Try it ▸ The expected output is each line below containing "projected", copied in full.

Collected data:
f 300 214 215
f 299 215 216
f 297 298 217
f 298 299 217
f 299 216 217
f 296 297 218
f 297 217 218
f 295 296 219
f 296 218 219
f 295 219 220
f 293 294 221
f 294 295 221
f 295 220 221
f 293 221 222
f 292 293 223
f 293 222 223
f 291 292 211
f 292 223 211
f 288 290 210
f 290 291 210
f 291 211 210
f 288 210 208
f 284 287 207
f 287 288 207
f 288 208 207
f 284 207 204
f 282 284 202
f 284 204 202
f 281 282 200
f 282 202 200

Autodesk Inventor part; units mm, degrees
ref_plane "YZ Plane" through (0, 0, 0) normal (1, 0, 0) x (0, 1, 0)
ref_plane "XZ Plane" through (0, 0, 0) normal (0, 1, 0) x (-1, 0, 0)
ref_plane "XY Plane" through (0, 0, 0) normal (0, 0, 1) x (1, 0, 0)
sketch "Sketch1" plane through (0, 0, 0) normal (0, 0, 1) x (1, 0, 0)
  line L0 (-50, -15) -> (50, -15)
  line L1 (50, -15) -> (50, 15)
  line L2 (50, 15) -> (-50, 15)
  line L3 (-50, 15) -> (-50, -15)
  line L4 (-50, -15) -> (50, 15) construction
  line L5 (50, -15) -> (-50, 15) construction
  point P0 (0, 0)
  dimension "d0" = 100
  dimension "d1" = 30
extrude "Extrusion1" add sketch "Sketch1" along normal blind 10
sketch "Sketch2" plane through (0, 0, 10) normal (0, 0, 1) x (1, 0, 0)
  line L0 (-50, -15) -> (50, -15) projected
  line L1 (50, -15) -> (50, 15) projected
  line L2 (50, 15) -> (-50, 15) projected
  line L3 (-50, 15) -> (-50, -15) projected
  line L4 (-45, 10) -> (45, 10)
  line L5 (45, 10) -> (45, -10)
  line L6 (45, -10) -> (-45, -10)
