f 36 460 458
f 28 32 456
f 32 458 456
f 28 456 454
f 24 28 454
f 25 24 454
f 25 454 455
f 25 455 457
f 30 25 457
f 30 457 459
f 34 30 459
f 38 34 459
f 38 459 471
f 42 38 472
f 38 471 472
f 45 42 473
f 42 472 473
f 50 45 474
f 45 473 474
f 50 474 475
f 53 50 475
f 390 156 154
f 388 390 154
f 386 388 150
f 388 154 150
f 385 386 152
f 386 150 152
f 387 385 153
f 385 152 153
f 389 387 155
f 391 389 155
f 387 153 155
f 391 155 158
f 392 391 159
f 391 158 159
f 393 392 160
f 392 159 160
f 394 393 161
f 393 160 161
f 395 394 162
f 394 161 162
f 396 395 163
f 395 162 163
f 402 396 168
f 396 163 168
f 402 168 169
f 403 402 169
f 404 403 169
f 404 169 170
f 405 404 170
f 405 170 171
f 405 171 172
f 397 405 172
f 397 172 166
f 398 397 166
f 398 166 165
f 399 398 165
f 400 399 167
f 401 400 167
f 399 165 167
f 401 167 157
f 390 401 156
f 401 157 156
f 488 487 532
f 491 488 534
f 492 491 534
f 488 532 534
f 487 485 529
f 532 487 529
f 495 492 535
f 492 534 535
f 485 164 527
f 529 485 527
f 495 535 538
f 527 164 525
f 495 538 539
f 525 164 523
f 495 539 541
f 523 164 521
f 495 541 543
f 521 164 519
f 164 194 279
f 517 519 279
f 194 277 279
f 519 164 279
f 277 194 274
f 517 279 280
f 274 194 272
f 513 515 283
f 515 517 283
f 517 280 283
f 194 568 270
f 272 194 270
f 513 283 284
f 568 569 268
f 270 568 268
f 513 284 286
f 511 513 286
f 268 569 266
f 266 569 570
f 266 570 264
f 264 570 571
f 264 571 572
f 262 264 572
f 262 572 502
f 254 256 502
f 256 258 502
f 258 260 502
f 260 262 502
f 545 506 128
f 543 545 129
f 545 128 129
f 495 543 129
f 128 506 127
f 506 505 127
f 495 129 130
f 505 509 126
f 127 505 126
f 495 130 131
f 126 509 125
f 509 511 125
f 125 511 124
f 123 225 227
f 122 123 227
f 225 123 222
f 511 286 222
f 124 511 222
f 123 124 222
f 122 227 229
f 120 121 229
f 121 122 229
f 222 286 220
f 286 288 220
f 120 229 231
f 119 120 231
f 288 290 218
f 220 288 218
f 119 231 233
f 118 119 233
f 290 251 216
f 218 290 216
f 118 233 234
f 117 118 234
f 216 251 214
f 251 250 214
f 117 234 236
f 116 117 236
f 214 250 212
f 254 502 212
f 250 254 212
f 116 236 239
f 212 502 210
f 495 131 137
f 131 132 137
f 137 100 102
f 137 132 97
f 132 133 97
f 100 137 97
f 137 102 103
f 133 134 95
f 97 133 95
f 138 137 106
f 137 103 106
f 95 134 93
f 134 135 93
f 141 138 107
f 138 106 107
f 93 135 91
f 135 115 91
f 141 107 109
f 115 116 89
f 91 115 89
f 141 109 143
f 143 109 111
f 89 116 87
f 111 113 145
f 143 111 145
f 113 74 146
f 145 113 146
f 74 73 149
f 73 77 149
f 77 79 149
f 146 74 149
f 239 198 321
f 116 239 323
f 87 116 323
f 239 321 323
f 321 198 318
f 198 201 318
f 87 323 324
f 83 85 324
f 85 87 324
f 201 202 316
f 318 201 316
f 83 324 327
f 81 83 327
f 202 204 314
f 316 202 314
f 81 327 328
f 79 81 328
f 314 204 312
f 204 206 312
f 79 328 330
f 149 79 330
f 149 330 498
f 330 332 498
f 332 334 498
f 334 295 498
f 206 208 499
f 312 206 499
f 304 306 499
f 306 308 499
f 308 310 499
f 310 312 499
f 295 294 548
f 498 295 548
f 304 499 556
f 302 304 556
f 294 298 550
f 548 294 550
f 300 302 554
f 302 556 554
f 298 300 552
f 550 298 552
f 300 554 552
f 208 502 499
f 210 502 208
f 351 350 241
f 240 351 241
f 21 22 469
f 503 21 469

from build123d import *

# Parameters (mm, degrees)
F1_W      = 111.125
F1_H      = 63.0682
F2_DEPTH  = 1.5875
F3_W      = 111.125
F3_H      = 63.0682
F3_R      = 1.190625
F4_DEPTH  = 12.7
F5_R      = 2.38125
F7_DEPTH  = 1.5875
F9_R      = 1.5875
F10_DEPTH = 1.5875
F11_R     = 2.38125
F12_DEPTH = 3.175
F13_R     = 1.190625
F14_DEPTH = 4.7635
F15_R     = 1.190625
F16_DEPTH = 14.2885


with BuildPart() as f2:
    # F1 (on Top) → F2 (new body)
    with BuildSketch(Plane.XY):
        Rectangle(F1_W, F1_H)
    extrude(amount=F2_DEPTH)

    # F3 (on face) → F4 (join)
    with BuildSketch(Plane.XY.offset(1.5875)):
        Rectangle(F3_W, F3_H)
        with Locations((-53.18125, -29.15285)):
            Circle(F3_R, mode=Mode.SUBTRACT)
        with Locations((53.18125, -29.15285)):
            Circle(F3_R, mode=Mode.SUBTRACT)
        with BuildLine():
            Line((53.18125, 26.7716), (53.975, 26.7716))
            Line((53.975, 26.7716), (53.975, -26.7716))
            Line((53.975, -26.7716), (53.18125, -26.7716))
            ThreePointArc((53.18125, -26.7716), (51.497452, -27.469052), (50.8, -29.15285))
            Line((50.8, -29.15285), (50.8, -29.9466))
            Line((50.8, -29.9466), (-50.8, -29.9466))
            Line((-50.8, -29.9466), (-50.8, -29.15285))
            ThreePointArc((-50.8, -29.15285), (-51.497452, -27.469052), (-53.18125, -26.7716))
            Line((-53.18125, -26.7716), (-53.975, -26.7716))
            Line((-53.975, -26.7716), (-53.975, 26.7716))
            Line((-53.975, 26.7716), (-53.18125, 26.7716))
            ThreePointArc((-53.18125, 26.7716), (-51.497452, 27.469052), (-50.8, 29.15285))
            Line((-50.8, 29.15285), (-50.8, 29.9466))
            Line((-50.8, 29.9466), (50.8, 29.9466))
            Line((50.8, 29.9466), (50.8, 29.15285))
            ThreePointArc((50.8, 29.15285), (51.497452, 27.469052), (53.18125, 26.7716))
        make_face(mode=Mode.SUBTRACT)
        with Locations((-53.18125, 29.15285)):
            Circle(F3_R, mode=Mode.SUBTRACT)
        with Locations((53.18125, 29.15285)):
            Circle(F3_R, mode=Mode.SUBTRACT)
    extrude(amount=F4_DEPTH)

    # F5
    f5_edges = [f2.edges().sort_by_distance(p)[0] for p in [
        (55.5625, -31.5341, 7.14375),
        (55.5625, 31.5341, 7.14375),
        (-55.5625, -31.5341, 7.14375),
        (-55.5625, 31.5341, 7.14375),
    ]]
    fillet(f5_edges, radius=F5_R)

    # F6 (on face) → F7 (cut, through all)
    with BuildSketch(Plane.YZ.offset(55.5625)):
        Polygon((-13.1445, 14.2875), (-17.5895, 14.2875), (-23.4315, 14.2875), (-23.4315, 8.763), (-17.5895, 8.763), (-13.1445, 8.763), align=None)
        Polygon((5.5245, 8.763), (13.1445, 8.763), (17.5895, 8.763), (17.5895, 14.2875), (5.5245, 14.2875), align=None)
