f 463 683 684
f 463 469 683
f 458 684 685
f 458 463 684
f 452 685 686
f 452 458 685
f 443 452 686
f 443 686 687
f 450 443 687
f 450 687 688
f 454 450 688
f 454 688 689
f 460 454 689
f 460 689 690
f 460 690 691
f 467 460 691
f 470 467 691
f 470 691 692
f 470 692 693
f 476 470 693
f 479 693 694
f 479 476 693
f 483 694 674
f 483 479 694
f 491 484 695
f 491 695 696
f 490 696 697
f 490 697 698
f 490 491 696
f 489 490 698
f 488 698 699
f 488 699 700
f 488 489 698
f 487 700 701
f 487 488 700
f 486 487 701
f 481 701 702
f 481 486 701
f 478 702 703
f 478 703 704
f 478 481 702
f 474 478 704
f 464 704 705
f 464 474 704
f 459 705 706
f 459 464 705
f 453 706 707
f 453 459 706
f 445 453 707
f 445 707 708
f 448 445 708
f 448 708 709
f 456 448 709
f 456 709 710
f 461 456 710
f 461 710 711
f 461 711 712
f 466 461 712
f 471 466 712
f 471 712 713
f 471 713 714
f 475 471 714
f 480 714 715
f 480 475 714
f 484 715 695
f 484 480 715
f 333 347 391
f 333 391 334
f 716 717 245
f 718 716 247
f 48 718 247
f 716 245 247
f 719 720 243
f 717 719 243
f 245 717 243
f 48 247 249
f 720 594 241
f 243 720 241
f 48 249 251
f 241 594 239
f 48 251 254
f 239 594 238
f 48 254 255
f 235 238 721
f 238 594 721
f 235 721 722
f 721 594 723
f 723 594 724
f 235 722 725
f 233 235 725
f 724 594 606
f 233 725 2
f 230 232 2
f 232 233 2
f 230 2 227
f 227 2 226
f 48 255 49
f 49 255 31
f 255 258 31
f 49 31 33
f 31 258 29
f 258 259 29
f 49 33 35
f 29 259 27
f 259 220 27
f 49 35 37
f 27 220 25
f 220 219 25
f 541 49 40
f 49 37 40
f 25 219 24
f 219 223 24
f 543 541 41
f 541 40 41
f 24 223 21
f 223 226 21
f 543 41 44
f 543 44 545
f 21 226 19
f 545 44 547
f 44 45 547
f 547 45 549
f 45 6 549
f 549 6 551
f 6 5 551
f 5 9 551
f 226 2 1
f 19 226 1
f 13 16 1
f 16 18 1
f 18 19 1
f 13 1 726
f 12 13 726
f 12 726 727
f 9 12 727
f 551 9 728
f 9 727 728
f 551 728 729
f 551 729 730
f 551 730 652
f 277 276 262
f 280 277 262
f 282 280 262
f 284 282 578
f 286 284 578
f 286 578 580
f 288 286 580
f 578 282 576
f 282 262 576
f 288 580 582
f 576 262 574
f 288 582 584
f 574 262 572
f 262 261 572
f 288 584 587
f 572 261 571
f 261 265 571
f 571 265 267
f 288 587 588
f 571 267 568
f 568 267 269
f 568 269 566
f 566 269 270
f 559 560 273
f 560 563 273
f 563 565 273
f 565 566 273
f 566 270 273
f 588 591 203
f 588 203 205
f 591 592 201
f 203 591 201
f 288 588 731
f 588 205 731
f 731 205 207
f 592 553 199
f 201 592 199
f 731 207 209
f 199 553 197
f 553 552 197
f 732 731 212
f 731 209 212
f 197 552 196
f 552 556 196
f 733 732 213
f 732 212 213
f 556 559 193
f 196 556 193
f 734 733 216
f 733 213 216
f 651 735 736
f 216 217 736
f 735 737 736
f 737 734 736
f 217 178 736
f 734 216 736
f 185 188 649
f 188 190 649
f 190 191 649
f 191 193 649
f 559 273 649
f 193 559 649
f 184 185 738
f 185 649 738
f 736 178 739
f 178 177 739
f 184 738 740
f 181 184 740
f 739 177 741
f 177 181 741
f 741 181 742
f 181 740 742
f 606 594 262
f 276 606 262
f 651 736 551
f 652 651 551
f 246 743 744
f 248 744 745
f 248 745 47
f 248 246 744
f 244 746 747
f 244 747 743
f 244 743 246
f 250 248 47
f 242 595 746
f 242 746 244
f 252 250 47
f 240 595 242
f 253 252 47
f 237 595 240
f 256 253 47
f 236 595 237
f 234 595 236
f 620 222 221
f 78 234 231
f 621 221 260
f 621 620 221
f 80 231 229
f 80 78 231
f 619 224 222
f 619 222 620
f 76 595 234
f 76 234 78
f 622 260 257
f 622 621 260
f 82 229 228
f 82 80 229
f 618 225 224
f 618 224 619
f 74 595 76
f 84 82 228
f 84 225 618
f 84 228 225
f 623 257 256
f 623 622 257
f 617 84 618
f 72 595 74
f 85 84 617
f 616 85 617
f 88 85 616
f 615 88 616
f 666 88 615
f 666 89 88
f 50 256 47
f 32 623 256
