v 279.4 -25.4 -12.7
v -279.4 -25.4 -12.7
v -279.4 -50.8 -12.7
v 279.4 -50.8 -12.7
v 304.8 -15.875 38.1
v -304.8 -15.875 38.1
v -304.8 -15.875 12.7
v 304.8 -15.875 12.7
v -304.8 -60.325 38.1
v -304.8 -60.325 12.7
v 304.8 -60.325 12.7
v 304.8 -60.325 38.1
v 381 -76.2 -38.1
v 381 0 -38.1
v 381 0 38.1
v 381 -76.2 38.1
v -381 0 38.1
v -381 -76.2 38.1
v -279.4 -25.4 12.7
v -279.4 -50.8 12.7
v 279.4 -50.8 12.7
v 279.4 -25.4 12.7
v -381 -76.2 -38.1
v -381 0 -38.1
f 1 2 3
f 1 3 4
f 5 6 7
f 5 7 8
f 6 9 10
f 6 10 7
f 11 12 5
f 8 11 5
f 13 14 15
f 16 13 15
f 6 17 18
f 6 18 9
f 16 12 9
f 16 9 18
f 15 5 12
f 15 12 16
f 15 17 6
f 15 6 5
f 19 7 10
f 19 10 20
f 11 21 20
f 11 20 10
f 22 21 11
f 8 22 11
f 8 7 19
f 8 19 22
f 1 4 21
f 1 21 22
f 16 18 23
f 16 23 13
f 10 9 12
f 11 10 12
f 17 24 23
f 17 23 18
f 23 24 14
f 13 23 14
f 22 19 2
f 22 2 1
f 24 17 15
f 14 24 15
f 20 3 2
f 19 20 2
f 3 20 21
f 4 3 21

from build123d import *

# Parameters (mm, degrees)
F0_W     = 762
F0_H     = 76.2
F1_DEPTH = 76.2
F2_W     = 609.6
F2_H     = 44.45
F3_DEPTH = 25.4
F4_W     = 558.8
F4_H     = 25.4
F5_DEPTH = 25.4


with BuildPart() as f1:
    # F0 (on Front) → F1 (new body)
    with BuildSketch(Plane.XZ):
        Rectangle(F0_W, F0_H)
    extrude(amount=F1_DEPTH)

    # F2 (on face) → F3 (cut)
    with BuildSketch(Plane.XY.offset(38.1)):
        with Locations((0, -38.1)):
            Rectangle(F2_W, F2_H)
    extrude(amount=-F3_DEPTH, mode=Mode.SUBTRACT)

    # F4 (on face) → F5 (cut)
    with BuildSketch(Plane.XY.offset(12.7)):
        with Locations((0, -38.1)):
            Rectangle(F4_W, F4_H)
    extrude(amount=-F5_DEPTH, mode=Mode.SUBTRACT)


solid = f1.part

The answer ▸
  line L0 (-50, -15) -> (50, -15) projected
  line L1 (50, -15) -> (50, 15) projected
  line L2 (50, 15) -> (-50, 15) projected
  line L3 (-50, 15) -> (-50, -15) projected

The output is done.